### [Your goal]
All that should be output is the block of lines below from the line with "f 184 332 333" to the line with "f 305 303 228", both included, exactly as written.

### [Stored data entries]
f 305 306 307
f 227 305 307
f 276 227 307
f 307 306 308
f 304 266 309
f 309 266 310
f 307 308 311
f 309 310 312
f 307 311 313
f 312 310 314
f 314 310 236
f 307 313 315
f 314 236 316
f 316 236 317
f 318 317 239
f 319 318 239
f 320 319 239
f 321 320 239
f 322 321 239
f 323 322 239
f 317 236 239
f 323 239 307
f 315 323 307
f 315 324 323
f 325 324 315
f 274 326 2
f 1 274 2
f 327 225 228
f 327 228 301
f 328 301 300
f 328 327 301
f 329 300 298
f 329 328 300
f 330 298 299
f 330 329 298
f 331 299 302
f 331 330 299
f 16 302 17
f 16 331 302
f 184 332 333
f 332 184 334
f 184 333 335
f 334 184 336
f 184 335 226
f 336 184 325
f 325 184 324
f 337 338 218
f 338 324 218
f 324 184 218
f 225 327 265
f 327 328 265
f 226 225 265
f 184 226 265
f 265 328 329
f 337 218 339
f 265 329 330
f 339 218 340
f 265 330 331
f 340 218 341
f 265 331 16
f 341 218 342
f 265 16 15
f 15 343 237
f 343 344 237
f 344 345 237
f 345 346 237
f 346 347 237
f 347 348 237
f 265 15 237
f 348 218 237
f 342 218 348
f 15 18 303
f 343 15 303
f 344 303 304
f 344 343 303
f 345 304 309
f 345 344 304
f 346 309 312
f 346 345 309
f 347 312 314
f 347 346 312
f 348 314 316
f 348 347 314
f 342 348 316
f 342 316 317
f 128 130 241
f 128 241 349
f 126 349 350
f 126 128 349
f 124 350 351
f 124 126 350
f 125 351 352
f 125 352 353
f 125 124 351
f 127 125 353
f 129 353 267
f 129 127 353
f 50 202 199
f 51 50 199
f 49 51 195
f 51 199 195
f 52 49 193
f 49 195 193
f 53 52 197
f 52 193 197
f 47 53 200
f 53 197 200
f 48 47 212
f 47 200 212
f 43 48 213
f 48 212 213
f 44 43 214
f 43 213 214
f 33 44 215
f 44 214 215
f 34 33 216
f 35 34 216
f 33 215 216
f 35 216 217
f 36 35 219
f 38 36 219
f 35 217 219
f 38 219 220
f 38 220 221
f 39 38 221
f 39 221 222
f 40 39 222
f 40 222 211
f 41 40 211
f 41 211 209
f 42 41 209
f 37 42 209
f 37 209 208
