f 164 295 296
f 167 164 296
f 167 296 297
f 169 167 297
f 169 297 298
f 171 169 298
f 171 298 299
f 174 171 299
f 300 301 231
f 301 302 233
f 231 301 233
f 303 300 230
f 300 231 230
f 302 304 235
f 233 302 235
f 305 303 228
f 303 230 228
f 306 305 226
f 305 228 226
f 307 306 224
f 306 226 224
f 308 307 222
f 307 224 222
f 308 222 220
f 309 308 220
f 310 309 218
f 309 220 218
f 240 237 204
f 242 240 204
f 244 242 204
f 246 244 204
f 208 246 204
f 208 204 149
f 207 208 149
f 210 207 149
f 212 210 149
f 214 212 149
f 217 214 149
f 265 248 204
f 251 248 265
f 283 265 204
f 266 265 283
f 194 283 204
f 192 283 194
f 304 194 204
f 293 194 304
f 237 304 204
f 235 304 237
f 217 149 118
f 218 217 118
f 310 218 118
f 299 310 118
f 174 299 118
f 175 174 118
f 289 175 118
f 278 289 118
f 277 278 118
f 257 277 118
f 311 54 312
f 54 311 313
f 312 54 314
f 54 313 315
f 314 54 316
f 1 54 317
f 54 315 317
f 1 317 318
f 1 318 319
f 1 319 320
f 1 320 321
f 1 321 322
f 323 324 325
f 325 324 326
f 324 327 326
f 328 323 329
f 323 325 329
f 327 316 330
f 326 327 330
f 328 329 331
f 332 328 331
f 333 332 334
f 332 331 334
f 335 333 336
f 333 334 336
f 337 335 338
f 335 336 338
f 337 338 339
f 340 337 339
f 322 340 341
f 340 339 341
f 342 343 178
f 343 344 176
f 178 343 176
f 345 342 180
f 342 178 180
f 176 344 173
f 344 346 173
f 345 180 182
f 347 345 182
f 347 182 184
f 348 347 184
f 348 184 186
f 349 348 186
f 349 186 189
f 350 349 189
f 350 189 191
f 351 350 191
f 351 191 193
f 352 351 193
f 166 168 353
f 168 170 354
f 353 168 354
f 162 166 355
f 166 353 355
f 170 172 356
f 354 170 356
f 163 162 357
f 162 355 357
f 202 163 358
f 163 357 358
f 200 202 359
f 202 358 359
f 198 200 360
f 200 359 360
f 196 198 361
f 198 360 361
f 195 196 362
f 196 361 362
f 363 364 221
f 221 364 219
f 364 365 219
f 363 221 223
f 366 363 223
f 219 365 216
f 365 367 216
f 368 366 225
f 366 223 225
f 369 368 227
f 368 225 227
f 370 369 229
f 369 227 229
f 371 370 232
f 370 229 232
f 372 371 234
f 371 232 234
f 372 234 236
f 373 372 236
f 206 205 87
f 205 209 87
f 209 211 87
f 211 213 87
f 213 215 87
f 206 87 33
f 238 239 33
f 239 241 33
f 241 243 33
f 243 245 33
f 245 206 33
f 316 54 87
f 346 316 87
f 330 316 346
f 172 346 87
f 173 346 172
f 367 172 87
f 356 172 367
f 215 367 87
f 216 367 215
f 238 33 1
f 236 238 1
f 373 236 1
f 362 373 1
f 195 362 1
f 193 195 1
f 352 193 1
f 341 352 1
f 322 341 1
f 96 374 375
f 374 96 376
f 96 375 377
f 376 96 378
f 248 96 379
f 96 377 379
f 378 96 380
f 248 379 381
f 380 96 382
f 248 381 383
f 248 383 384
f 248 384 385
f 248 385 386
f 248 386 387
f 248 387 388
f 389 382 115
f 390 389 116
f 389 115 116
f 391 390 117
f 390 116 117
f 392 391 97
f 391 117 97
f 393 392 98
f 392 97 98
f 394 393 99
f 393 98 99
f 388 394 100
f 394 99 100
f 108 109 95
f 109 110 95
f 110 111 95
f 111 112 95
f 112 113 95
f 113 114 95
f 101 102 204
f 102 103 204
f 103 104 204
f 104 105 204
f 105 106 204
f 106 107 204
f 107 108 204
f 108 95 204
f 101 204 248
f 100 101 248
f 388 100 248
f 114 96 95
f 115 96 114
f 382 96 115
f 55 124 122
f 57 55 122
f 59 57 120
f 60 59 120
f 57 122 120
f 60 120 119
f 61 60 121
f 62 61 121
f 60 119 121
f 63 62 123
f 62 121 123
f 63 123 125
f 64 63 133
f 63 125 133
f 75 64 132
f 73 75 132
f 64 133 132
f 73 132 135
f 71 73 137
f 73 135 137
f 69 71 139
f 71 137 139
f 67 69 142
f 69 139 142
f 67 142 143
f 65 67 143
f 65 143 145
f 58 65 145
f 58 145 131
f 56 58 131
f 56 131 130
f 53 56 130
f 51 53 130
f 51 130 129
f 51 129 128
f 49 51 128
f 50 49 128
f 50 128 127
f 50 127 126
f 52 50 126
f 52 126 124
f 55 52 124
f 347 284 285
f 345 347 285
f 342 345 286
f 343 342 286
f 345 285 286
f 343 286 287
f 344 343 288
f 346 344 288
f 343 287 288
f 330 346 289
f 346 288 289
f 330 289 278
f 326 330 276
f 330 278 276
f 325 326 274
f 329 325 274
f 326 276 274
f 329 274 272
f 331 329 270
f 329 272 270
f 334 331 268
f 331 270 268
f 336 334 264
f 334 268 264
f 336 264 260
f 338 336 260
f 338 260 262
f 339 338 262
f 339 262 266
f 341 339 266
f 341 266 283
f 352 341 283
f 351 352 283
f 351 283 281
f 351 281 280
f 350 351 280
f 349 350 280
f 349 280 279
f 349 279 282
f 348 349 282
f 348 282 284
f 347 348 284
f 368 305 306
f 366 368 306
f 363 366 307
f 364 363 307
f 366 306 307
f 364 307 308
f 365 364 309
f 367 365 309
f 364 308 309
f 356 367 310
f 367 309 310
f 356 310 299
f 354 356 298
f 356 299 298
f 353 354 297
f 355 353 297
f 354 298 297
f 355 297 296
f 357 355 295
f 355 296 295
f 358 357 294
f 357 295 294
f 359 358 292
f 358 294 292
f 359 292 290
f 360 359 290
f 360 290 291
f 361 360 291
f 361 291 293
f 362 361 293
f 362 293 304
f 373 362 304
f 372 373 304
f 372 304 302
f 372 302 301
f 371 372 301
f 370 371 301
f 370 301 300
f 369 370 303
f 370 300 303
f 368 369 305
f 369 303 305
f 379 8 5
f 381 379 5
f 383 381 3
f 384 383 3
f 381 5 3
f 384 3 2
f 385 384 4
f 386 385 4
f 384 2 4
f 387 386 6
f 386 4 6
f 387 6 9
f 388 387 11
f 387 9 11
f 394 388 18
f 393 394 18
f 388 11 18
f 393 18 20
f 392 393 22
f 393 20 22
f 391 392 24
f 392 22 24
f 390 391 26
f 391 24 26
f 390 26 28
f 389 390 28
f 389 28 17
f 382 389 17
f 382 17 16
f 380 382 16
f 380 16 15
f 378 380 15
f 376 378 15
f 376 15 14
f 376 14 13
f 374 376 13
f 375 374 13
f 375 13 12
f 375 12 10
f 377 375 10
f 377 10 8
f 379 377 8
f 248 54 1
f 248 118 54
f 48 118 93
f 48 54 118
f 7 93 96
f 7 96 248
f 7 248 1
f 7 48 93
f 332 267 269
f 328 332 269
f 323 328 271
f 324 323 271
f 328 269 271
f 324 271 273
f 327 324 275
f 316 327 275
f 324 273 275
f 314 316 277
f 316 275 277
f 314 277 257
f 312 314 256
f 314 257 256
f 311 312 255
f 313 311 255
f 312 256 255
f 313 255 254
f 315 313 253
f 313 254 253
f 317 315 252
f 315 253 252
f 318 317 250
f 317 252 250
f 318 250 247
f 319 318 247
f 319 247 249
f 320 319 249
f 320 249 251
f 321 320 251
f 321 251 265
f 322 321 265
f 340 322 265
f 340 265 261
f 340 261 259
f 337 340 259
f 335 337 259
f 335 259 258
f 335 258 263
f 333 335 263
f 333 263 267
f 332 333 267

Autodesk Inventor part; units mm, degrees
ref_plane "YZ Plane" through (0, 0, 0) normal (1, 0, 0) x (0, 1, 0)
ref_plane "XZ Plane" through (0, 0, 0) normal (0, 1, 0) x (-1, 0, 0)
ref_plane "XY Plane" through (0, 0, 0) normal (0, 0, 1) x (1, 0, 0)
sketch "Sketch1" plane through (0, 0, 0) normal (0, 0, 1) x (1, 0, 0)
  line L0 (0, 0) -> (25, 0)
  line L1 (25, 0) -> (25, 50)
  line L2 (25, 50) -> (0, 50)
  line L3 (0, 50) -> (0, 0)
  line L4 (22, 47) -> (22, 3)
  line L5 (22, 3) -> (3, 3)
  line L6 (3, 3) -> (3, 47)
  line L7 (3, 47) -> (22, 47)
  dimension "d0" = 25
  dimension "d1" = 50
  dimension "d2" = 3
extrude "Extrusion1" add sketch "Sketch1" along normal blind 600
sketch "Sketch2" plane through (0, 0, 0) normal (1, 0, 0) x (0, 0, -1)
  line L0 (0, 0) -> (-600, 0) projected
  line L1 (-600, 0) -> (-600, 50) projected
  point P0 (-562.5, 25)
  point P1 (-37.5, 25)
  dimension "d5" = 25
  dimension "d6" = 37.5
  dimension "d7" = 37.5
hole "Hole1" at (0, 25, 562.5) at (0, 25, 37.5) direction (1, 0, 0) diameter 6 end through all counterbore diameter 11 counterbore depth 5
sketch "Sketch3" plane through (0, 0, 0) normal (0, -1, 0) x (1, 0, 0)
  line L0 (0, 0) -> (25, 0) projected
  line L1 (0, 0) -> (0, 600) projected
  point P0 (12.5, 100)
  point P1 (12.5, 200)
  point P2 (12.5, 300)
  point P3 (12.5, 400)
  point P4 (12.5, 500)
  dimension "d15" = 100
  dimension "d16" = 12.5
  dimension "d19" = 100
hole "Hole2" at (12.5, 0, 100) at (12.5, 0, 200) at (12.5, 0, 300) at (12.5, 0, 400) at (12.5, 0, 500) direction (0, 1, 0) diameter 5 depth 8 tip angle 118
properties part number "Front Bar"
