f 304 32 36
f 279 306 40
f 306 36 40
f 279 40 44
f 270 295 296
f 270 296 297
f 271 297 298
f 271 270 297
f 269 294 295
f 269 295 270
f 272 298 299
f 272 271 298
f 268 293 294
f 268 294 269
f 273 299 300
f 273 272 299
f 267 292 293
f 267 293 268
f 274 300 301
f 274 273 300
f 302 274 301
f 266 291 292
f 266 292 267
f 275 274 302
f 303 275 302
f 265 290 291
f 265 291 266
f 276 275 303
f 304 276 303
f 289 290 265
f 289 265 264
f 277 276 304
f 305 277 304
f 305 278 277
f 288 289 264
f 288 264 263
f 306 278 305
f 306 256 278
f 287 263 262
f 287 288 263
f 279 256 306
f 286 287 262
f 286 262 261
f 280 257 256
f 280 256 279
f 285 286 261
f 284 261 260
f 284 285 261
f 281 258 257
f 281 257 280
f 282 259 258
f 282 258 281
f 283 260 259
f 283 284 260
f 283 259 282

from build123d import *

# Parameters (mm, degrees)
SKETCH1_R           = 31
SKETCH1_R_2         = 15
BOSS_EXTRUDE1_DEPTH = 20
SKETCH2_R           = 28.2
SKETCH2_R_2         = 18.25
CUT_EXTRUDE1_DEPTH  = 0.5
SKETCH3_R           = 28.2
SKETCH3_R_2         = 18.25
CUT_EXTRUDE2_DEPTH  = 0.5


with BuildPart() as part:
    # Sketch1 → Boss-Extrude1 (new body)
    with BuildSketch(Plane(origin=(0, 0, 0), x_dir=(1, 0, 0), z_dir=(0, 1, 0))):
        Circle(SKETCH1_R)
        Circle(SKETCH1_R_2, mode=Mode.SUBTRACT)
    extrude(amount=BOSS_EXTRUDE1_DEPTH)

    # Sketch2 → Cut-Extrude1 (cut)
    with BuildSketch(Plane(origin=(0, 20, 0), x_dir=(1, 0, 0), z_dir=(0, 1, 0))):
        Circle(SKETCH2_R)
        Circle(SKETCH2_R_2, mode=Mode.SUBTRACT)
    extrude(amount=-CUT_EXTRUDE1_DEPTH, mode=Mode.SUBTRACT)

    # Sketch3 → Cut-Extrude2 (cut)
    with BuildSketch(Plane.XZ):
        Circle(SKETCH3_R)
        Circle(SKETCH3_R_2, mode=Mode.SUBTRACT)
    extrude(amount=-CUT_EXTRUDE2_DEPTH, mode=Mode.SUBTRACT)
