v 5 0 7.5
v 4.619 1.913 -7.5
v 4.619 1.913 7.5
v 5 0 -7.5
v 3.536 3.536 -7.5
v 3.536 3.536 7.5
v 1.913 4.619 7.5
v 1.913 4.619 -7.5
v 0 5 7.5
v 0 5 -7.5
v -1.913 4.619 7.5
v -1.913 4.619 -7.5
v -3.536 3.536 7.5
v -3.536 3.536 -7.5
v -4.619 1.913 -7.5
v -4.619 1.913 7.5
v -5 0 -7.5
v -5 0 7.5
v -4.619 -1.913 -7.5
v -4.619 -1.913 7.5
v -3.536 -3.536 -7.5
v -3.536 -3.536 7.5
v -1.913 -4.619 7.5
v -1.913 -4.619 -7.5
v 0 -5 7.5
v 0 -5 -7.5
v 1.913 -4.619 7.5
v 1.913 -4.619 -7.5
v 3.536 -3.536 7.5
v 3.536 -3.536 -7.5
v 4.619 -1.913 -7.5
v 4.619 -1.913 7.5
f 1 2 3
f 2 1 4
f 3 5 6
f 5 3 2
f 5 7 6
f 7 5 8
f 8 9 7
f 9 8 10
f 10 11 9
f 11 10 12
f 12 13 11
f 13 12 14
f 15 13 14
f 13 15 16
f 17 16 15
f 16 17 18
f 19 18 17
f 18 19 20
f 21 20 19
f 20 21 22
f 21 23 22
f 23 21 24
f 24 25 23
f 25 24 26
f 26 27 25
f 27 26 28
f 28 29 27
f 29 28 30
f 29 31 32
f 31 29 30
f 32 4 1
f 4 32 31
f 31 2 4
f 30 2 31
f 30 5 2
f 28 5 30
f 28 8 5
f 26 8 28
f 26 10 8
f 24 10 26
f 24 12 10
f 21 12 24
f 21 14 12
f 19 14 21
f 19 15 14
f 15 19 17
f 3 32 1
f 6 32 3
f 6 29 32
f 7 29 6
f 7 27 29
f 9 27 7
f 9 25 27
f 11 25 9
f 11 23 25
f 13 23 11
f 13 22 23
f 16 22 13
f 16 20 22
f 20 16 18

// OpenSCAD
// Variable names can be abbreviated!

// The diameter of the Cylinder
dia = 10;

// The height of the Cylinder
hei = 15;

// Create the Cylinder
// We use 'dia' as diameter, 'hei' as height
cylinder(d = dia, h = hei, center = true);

### [Exercise response]
f 184 332 333
f 332 184 334
f 184 333 335
f 334 184 336
f 184 335 226
f 336 184 325
f 325 184 324
f 337 338 218
f 338 324 218
f 324 184 218
f 225 327 265
f 327 328 265
f 226 225 265
f 184 226 265
f 265 328 329
f 337 218 339
f 265 329 330
f 339 218 340
f 265 330 331
f 340 218 341
f 265 331 16
f 341 218 342
f 265 16 15
f 15 343 237
f 343 344 237
f 344 345 237
f 345 346 237
f 346 347 237
f 347 348 237
f 265 15 237
f 348 218 237
f 342 218 348
f 15 18 303
f 343 15 303
f 344 303 304
f 344 343 303
f 345 304 309
f 345 344 304
f 346 309 312
f 346 345 309
f 347 312 314
f 347 346 312
f 348 314 316
f 348 347 314
f 342 348 316
f 342 316 317
f 128 130 241
f 128 241 349
f 126 349 350
f 126 128 349
f 124 350 351
f 124 126 350
f 125 351 352
f 125 352 353
f 125 124 351
f 127 125 353
f 129 353 267
f 129 127 353
f 50 202 199
f 51 50 199
f 49 51 195
f 51 199 195
f 52 49 193
f 49 195 193
f 53 52 197
f 52 193 197
f 47 53 200
f 53 197 200
f 48 47 212
f 47 200 212
f 43 48 213
f 48 212 213
f 44 43 214
f 43 213 214
f 33 44 215
f 44 214 215
f 34 33 216
f 35 34 216
f 33 215 216
f 35 216 217
f 36 35 219
f 38 36 219
f 35 217 219
f 38 219 220
f 38 220 221
f 39 38 221
f 39 221 222
f 40 39 222
f 40 222 211
f 41 40 211
f 41 211 209
f 42 41 209
f 37 42 209
f 37 209 208
f 164 295 296
f 167 164 296
f 167 296 297
f 169 167 297
f 169 297 298
f 171 169 298
f 171 298 299
f 174 171 299
f 300 301 231
f 301 302 233
f 231 301 233
f 303 300 230
f 300 231 230
f 302 304 235
f 233 302 235
f 305 303 228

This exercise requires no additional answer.